- _Your objective_: For the records below, tally the lines that contain "ELLIPSE" and give only that number.
___
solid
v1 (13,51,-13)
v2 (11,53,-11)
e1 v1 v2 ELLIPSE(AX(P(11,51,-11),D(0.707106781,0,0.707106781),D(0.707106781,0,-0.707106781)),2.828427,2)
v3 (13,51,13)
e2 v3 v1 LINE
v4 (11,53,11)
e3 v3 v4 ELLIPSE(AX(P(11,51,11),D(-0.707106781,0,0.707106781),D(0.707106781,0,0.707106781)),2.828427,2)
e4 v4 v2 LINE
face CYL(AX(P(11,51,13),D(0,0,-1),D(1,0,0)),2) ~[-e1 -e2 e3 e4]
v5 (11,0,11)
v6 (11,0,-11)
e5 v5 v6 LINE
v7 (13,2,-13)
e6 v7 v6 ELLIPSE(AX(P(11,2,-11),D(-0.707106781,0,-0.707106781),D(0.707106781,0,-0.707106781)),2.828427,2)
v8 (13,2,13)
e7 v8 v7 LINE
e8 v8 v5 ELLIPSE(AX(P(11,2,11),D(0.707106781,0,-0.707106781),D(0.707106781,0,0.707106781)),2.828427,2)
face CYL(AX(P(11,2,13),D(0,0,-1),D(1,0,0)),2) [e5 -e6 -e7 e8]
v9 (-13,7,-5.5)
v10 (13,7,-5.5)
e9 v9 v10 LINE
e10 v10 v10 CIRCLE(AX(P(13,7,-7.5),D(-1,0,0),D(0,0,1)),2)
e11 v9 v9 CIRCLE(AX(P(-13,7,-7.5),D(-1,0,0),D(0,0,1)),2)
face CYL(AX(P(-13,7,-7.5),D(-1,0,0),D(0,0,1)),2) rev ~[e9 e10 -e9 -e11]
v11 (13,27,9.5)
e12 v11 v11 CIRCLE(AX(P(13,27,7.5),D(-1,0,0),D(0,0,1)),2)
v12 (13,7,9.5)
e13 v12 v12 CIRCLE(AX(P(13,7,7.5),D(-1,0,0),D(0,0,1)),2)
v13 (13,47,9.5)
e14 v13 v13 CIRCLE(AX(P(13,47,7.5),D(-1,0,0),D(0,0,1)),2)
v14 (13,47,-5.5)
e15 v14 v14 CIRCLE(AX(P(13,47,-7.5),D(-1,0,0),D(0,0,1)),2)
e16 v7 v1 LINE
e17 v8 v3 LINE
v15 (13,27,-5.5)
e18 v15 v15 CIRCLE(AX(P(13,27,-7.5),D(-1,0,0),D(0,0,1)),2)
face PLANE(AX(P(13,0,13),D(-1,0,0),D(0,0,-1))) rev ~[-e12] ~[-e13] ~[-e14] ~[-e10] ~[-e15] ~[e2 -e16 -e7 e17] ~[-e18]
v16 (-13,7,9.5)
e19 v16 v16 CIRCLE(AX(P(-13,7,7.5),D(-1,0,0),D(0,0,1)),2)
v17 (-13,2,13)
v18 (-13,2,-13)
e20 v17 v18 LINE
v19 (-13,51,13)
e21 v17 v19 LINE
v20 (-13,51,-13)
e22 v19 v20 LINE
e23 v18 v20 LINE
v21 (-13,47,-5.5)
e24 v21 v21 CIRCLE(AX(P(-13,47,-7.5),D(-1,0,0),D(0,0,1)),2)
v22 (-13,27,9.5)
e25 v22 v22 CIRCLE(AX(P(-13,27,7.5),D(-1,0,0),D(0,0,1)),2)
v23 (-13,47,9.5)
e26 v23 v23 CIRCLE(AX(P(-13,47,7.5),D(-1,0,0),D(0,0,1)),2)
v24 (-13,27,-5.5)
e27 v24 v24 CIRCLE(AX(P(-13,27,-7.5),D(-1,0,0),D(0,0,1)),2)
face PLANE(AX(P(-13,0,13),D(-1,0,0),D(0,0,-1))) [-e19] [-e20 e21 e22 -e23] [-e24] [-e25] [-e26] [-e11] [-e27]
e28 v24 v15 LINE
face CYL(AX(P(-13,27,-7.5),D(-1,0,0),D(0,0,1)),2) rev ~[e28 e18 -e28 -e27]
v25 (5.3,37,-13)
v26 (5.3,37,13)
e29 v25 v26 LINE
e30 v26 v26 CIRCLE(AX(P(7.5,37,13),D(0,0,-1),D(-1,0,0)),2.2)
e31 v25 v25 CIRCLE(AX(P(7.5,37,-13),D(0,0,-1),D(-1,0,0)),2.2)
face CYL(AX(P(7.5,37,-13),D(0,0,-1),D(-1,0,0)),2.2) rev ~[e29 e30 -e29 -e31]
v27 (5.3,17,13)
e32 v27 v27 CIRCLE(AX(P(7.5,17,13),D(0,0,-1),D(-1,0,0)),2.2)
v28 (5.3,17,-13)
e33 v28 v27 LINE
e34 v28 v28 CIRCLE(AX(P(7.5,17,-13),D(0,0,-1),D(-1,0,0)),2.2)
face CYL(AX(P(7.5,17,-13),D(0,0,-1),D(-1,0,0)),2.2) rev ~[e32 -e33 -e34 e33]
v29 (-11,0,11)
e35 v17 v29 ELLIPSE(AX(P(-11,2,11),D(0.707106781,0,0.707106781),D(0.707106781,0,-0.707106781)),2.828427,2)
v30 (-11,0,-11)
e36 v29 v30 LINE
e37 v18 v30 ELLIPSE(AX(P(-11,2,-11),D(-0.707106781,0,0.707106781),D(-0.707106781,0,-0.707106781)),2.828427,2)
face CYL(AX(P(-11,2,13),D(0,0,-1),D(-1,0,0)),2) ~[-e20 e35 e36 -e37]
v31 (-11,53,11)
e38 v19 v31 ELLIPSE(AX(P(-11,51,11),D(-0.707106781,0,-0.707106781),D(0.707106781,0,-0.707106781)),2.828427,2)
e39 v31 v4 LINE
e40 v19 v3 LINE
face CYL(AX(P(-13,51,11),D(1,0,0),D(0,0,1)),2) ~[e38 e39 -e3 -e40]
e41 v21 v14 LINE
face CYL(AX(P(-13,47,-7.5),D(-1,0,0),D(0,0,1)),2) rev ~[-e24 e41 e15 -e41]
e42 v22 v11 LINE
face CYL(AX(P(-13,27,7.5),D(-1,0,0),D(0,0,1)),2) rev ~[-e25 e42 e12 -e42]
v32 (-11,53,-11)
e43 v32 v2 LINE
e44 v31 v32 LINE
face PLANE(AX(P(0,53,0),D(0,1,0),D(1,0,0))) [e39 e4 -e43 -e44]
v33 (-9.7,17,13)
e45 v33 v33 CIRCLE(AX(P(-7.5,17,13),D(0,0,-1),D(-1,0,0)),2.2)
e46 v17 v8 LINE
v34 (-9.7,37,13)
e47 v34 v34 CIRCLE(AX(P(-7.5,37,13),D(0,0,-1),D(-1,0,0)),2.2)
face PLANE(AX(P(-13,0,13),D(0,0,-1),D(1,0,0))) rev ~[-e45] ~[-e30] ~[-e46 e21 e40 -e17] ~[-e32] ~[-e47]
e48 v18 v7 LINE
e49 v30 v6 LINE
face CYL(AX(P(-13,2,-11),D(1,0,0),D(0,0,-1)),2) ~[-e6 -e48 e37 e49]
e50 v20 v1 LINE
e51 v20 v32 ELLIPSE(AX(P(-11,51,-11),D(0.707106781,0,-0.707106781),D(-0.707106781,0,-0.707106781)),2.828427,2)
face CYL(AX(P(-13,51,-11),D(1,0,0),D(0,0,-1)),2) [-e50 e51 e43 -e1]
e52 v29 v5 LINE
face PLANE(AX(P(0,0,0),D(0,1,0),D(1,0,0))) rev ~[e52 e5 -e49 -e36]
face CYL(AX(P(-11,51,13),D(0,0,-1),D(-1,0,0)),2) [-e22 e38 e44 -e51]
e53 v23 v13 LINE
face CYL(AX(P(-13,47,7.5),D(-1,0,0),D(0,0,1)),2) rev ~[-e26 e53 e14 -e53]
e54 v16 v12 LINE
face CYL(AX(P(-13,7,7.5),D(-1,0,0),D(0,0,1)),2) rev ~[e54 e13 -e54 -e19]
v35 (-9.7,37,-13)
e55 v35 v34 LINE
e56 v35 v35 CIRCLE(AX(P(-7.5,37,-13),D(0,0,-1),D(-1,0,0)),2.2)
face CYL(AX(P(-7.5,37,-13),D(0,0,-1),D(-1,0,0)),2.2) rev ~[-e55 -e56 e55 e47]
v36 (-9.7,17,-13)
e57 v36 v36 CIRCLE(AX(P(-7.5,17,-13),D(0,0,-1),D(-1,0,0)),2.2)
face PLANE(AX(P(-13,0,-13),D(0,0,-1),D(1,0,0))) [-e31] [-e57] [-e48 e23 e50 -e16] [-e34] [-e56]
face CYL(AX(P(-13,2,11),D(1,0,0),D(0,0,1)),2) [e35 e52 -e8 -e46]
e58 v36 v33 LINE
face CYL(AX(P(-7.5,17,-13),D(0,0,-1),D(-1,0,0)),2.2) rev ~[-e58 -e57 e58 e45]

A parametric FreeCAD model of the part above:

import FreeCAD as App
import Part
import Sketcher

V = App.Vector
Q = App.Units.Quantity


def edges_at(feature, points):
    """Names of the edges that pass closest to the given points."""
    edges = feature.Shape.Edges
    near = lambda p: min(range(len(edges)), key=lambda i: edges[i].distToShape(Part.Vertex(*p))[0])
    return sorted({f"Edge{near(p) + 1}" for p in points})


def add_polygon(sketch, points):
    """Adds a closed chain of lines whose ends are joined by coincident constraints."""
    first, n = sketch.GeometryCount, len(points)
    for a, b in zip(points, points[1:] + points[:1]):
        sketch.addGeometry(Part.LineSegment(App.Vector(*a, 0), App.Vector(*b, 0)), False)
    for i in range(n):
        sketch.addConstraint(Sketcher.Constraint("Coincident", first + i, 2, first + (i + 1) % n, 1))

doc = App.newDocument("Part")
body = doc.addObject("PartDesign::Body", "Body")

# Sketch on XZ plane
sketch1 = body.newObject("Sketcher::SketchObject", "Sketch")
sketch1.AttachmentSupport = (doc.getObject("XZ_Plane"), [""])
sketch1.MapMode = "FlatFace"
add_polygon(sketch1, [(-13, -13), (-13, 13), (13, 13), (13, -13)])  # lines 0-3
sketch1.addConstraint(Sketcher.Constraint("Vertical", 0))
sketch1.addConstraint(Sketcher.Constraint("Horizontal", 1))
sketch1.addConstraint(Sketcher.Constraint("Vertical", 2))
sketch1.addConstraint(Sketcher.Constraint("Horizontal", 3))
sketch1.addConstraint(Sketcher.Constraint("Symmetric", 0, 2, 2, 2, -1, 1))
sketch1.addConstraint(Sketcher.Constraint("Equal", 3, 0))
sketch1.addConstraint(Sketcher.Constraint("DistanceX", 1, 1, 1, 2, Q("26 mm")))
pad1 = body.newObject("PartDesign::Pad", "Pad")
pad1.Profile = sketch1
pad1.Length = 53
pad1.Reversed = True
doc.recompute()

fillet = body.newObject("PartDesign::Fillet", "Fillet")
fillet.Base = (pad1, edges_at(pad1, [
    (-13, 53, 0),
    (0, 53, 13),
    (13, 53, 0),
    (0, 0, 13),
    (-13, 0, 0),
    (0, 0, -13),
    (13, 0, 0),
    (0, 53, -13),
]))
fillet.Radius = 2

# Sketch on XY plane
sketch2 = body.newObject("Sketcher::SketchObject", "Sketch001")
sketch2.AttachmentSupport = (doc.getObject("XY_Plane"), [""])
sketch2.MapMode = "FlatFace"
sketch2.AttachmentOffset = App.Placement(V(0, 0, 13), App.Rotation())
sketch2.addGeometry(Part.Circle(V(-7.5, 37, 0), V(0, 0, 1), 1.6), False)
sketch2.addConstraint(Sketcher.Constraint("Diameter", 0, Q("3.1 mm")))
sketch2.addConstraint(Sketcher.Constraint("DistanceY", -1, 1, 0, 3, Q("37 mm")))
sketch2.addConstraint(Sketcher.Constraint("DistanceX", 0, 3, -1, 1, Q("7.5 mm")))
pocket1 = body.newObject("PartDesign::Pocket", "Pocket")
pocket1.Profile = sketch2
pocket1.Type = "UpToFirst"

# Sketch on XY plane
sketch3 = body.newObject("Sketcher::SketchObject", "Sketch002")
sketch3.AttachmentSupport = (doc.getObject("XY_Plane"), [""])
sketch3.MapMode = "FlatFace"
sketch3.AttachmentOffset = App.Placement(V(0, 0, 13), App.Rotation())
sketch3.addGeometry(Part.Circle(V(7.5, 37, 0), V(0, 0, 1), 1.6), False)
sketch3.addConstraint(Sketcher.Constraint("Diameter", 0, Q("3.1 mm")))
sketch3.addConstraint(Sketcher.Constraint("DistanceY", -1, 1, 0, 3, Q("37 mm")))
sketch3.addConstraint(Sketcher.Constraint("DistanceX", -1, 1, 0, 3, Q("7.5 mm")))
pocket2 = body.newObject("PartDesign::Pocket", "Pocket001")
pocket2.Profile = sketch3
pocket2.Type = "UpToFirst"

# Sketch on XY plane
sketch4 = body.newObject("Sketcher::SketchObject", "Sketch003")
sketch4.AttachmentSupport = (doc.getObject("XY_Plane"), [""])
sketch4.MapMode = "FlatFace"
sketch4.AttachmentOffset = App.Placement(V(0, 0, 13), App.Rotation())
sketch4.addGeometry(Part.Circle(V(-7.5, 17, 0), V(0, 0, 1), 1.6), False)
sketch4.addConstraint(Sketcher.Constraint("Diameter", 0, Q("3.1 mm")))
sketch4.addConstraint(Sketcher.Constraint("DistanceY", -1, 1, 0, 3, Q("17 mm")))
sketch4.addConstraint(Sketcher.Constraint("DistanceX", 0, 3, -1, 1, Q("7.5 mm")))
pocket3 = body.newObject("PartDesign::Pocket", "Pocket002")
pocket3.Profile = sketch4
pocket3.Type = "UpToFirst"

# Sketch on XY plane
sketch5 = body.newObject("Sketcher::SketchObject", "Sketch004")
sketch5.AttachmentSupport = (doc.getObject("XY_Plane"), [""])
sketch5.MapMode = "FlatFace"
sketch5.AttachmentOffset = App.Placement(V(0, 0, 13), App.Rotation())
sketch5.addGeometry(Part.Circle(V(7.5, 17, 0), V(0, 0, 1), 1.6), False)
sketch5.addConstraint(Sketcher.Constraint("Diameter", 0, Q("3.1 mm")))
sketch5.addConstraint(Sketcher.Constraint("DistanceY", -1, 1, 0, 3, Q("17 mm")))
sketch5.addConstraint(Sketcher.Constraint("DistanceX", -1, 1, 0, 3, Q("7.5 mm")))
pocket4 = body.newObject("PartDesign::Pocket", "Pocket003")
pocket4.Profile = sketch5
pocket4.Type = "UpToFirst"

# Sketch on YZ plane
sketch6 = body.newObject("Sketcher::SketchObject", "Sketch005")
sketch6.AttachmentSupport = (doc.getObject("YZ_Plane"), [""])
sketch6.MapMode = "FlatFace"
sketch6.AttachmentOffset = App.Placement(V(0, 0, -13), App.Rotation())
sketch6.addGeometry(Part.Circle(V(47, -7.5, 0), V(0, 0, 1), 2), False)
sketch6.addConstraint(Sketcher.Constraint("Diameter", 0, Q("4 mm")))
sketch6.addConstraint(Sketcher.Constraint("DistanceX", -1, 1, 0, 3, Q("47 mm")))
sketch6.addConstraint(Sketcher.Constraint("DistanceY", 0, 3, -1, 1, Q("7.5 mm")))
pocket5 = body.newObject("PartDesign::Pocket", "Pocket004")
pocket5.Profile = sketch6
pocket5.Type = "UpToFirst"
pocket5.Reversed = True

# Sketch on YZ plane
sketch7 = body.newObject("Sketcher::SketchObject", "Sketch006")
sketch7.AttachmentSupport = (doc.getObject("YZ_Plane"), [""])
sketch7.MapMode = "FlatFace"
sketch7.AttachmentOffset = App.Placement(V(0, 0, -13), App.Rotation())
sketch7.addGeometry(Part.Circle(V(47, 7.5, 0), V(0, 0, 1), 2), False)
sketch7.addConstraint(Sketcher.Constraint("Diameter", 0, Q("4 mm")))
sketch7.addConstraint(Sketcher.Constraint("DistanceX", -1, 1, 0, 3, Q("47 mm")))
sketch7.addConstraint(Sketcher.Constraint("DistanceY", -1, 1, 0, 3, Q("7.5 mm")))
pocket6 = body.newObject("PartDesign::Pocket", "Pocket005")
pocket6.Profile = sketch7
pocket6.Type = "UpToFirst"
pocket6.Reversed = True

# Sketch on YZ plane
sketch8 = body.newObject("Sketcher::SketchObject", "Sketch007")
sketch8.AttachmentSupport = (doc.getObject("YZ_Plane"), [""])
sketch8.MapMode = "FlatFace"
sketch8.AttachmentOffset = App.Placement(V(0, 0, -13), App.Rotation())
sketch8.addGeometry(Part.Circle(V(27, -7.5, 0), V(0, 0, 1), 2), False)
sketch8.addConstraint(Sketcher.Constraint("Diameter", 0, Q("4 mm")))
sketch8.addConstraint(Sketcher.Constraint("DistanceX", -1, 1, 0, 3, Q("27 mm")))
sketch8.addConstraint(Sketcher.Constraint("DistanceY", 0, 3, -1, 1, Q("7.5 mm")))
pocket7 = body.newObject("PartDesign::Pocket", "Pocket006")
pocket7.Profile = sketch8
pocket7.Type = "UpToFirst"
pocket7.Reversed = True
___
- _Solution to the problem_: 8